Selon Leibniz, la volonté n’est pas contrainte nécessairement, comme peuvent l’être les objets soumis aux forces naturelles, bien qu’en pratique, elle ne choisisse jamais à l’encontre des motifs les plus forts. Elle se détermine donc selon des motifs, mais cette détermination n’est pas de l’ordre du nécessaire. La volonté n’est pas contrainte dans son choix, elle est seulement inclinée. La décision de la volonté reste donc contingente, c’est-à-dire non nécessaire. En théorie, le choix que fait la volonté pourrait être autre, bien qu’en pratique il ne le soit jamais. 


L’automate spirituel


L’homme libre vu par Leibniz ressemble à un automate. La volonté se décide toujours du côté des raisons qui sont les plus déterminantes, et s’inscrit donc dans une chaine causale dont elle ne constitue pas le commencement. Mais la liberté doit pourtant consister en cela : être le commencement absolu d’une chaine de causes et d’effets. Être libre, c’est échapper au déterminisme, prendre une décision ne résultant d’aucune cause déterminante. Or, selon Leibniz, la décision de la volonté est déterminée de façon « certaine et infaillible » (Nouveaux Essais, II, 21, § 8). On peut ainsi dire de l’homme qu’il est un automate spirituel déterminé par ses représentations. L’homme paraît libre cependant parce qu’il agit selon les seules nécessités de sa nature, à l’image d’une montre dont le mouvement peut être dit libre, dans la mesure où elle meut elle-même son aiguille, sans avoir besoin d’une impulsion extérieure. La liberté consisterait dès lors à déployer sa propre nature. La liberté s’apparente, dans cette perspective, à l’accomplissement de son destin. Un destin qui, selon Leibniz, participe à celui de l’Univers, et qui est inscrit depuis toute éternité dans le plan tissé par la Providence divine. 
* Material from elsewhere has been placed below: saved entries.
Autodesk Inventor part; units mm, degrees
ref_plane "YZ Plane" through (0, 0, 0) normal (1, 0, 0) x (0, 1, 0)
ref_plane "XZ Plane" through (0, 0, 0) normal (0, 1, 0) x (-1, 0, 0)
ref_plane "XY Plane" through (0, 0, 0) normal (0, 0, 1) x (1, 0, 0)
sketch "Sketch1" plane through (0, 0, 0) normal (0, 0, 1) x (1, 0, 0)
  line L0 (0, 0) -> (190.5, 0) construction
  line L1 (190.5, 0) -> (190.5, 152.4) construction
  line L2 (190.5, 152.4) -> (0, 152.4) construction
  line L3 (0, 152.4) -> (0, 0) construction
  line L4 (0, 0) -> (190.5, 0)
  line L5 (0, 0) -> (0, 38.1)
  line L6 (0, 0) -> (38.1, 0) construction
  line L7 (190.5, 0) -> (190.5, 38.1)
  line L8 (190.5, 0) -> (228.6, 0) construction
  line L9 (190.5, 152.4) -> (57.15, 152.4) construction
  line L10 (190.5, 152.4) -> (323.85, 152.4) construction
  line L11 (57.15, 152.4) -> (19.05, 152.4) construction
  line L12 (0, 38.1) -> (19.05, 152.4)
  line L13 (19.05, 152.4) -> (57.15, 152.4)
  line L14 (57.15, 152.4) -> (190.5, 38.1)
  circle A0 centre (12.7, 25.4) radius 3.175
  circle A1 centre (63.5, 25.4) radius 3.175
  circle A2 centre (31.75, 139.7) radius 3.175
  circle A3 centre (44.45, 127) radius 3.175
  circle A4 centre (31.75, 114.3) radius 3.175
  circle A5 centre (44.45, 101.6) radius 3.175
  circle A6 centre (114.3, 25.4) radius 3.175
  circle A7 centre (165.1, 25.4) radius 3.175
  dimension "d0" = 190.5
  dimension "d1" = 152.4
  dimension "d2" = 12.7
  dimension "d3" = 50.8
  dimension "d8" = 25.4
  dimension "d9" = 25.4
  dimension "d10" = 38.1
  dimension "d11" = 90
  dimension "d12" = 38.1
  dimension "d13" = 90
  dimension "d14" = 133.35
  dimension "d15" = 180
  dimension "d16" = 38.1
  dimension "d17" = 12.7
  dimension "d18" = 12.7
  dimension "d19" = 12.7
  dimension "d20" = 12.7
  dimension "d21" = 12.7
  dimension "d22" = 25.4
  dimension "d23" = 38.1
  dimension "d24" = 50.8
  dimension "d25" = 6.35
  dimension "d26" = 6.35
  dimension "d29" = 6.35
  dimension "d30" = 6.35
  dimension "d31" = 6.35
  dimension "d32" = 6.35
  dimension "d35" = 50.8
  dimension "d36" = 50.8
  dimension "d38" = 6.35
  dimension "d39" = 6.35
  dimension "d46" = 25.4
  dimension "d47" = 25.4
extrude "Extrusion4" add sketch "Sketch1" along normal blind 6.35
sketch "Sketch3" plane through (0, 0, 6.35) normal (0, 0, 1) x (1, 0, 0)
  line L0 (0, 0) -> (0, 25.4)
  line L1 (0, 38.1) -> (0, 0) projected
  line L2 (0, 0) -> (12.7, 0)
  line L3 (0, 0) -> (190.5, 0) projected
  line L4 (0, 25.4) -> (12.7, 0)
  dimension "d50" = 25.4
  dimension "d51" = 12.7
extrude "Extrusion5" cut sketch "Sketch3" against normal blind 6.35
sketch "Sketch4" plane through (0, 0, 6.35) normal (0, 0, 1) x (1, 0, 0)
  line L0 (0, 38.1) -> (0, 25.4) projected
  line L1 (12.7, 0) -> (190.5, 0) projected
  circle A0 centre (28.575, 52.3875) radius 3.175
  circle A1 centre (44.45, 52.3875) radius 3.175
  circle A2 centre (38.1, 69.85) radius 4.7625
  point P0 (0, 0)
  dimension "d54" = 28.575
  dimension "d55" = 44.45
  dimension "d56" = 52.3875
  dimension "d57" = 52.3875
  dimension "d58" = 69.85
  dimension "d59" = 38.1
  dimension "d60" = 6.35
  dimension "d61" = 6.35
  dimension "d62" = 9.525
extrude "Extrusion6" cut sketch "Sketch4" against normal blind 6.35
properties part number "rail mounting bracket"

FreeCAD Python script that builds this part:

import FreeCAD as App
import Part
import Sketcher
from FreeCAD import Vector
Q = App.Units.Quantity


def add_polygon(sketch, points):
    """Adds a closed chain of lines whose ends are joined by coincident constraints."""
    first, n = sketch.GeometryCount, len(points)
    for a, b in zip(points, points[1:] + points[:1]):
        sketch.addGeometry(Part.LineSegment(App.Vector(*a, 0), App.Vector(*b, 0)), False)
    for i in range(n):
        sketch.addConstraint(Sketcher.Constraint("Coincident", first + i, 2, first + (i + 1) % n, 1))

doc = App.newDocument("Part")
body = doc.addObject("PartDesign::Body", "Body")

sketch1 = body.newObject("Sketcher::SketchObject", "Sketch")
sketch1.AttachmentSupport = (doc.getObject("XY_Plane"), [""])
sketch1.MapMode = "FlatFace"
add_polygon(sketch1, [(0, 38.1), (0, 0), (190.5, 0), (190.5, 38.1), (57.15, 152.4), (19.05, 152.4)])
sketch1.addGeometry(Part.Circle(Vector(12.7, 25.4, 0), Vector(0, 0, 1), 3.175), False)
sketch1.addGeometry(Part.Circle(Vector(63.5, 25.4, 0), Vector(0, 0, 1), 3.175), False)
sketch1.addGeometry(Part.Circle(Vector(114.3, 25.4, 0), Vector(0, 0, 1), 3.175), False)
sketch1.addGeometry(Part.Circle(Vector(165.1, 25.4, 0), Vector(0, 0, 1), 3.175), False)
sketch1.addGeometry(Part.Circle(Vector(44.45, 101.6, 0), Vector(0, 0, 1), 3.175), False)
sketch1.addGeometry(Part.Circle(Vector(31.75, 114.3, 0), Vector(0, 0, 1), 3.175), False)
sketch1.addGeometry(Part.Circle(Vector(44.45, 127, 0), Vector(0, 0, 1), 3.175), False)
sketch1.addGeometry(Part.Circle(Vector(31.75, 139.7, 0), Vector(0, 0, 1), 3.175), False)
sketch1.addConstraint(Sketcher.Constraint("Vertical", 0))
sketch1.addConstraint(Sketcher.Constraint("Horizontal", 1))
sketch1.addConstraint(Sketcher.Constraint("Vertical", 2))
sketch1.addConstraint(Sketcher.Constraint("Horizontal", 4))
sketch1.addConstraint(Sketcher.Constraint("Coincident", 0, 2, -1, 1))
sketch1.addConstraint(Sketcher.Constraint("Equal", 6, 7))
sketch1.addConstraint(Sketcher.Constraint("Equal", 7, 8))
sketch1.addConstraint(Sketcher.Constraint("Equal", 8, 9))
sketch1.addConstraint(Sketcher.Constraint("Equal", 9, 10))
sketch1.addConstraint(Sketcher.Constraint("Equal", 10, 11))
sketch1.addConstraint(Sketcher.Constraint("Equal", 11, 12))
sketch1.addConstraint(Sketcher.Constraint("Equal", 12, 13))
sketch1.addConstraint(Sketcher.Constraint("Horizontal", 6, 3, 7, 3))
sketch1.addConstraint(Sketcher.Constraint("Horizontal", 7, 3, 8, 3))
sketch1.addConstraint(Sketcher.Constraint("Horizontal", 8, 3, 9, 3))
sketch1.addConstraint(Sketcher.Constraint("Horizontal", 2, 2, 5, 2))
sketch1.addConstraint(Sketcher.Constraint("Vertical", 10, 3, 12, 3))
sketch1.addConstraint(Sketcher.Constraint("Vertical", 11, 3, 13, 3))
sketch1.addConstraint(Sketcher.Constraint("Equal", 4, 0))
sketch1.addConstraint(Sketcher.Constraint("Diameter", 6, Q("0.25 in")))
sketch1.addConstraint(Sketcher.Constraint("DistanceX", 1, 1, 1, 2, Q("7.5 in")))
sketch1.addConstraint(Sketcher.Constraint("DistanceX", 4, 2, 4, 1, Q("1.5 in")))
sketch1.addConstraint(Sketcher.Constraint("DistanceY", -1, 1, 6, 3, Q("1 in")))
sketch1.addConstraint(Sketcher.Constraint("DistanceY", -1, 1, 3, 2, Q("6 in")))
sketch1.addConstraint(Sketcher.Constraint("DistanceX", 6, 3, 7, 3, Q("2 in")))
sketch1.addConstraint(Sketcher.Constraint("DistanceX", 7, 3, 8, 3, Q("2 in")))
sketch1.addConstraint(Sketcher.Constraint("DistanceX", 8, 3, 9, 3, Q("2 in")))
sketch1.addConstraint(Sketcher.Constraint("DistanceY", 10, 3, 12, 3, Q("1 in")))
sketch1.addConstraint(Sketcher.Constraint("DistanceY", 11, 3, 13, 3, Q("1 in")))
sketch1.addConstraint(Sketcher.Constraint("DistanceX", 9, 3, 1, 2, Q("1 in")))
sketch1.addConstraint(Sketcher.Constraint("DistanceY", 12, 3, 3, 2, Q("1 in")))
sketch1.addConstraint(Sketcher.Constraint("DistanceX", 13, 3, 3, 2, Q("1 in")))
sketch1.addConstraint(Sketcher.Constraint("DistanceX", 4, 2, 12, 3, Q("1 in")))
sketch1.addConstraint(Sketcher.Constraint("DistanceY", 10, 3, 11, 3, Q("0.5 in")))
sketch1.addConstraint(Sketcher.Constraint("DistanceX", 11, 3, 9, 3, Q("5.25 in")))
pad1 = body.newObject("PartDesign::Pad", "Pad")
pad1.Profile = sketch1
pad1.Length = Q("0.25 in")

sketch2 = body.newObject("Sketcher::SketchObject", "Sketch001")
sketch2.AttachmentSupport = (doc.getObject("XY_Plane"), [""])
sketch2.MapMode = "FlatFace"
sketch2.AttachmentOffset = App.Placement(Vector(0, 0, 0.25 * 25.4), App.Rotation())
add_polygon(sketch2, [(0, 25.4), (0, 0), (12.7, 0)])
sketch2.addConstraint(Sketcher.Constraint("Vertical", 0))
sketch2.addConstraint(Sketcher.Constraint("Horizontal", 1))
sketch2.addConstraint(Sketcher.Constraint("Coincident", 0, 2, -1, 1))
sketch2.addConstraint(Sketcher.Constraint("DistanceY", 0, 2, 0, 1, Q("1 in")))
sketch2.addConstraint(Sketcher.Constraint("DistanceX", 1, 1, 1, 2, Q("0.5 in")))
pocket1 = body.newObject("PartDesign::Pocket", "Pocket")
pocket1.Profile = sketch2
pocket1.Length = Q("0.25 in")

sketch3 = body.newObject("Sketcher::SketchObject", "Sketch002")
sketch3.AttachmentSupport = (doc.getObject("XY_Plane"), [""])
sketch3.MapMode = "FlatFace"
sketch3.AttachmentOffset = App.Placement(Vector(0, 0, 0.25 * 25.4), App.Rotation())
sketch3.addGeometry(Part.Circle(Vector(28.575, 52.3875, 0), Vector(0, 0, 1), 3.175), False)
sketch3.addGeometry(Part.Circle(Vector(44.45, 52.3875, 0), Vector(0, 0, 1), 3.175), False)
sketch3.addGeometry(Part.Circle(Vector(38.1, 69.85, 0), Vector(0, 0, 1), 4.7625), False)
sketch3.addConstraint(Sketcher.Constraint("Equal", 0, 1))
sketch3.addConstraint(Sketcher.Constraint("Horizontal", 0, 3, 1, 3))
sketch3.addConstraint(Sketcher.Constraint("Diameter", 0, Q("0.25 in")))
sketch3.addConstraint(Sketcher.Constraint("Diameter", 2, Q("0.375 in")))
sketch3.addConstraint(Sketcher.Constraint("DistanceX", -1, 1, 2, 3, Q("1.5 in")))
sketch3.addConstraint(Sketcher.Constraint("DistanceX", -1, 1, 1, 3, Q("1.75 in")))
sketch3.addConstraint(Sketcher.Constraint("DistanceY", -1, 1, 2, 3, Q("2.75 in")))
sketch3.addConstraint(Sketcher.Constraint("DistanceX", -1, 1, 0, 3, Q("1.125 in")))
sketch3.addConstraint(Sketcher.Constraint("DistanceY", -1, 1, 0, 3, Q("2.0625 in")))
pocket2 = body.newObject("PartDesign::Pocket", "Pocket001")
pocket2.Profile = sketch3
pocket2.Length = Q("0.25 in")

doc.recompute()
Texte à citer pour ton devoir de philo

 

« Le choix, quelque déterminée que la volonté y soit, ne doit pas être appelé nécessaire absolument et à la rigueur ; la prévalence des biens aperçus incline sans nécessiter, quoique, tout considéré, cette inclination soit déterminante et ne manque jamais de faire son effet. » 

Leibniz, Discours de métaphysique, § 13.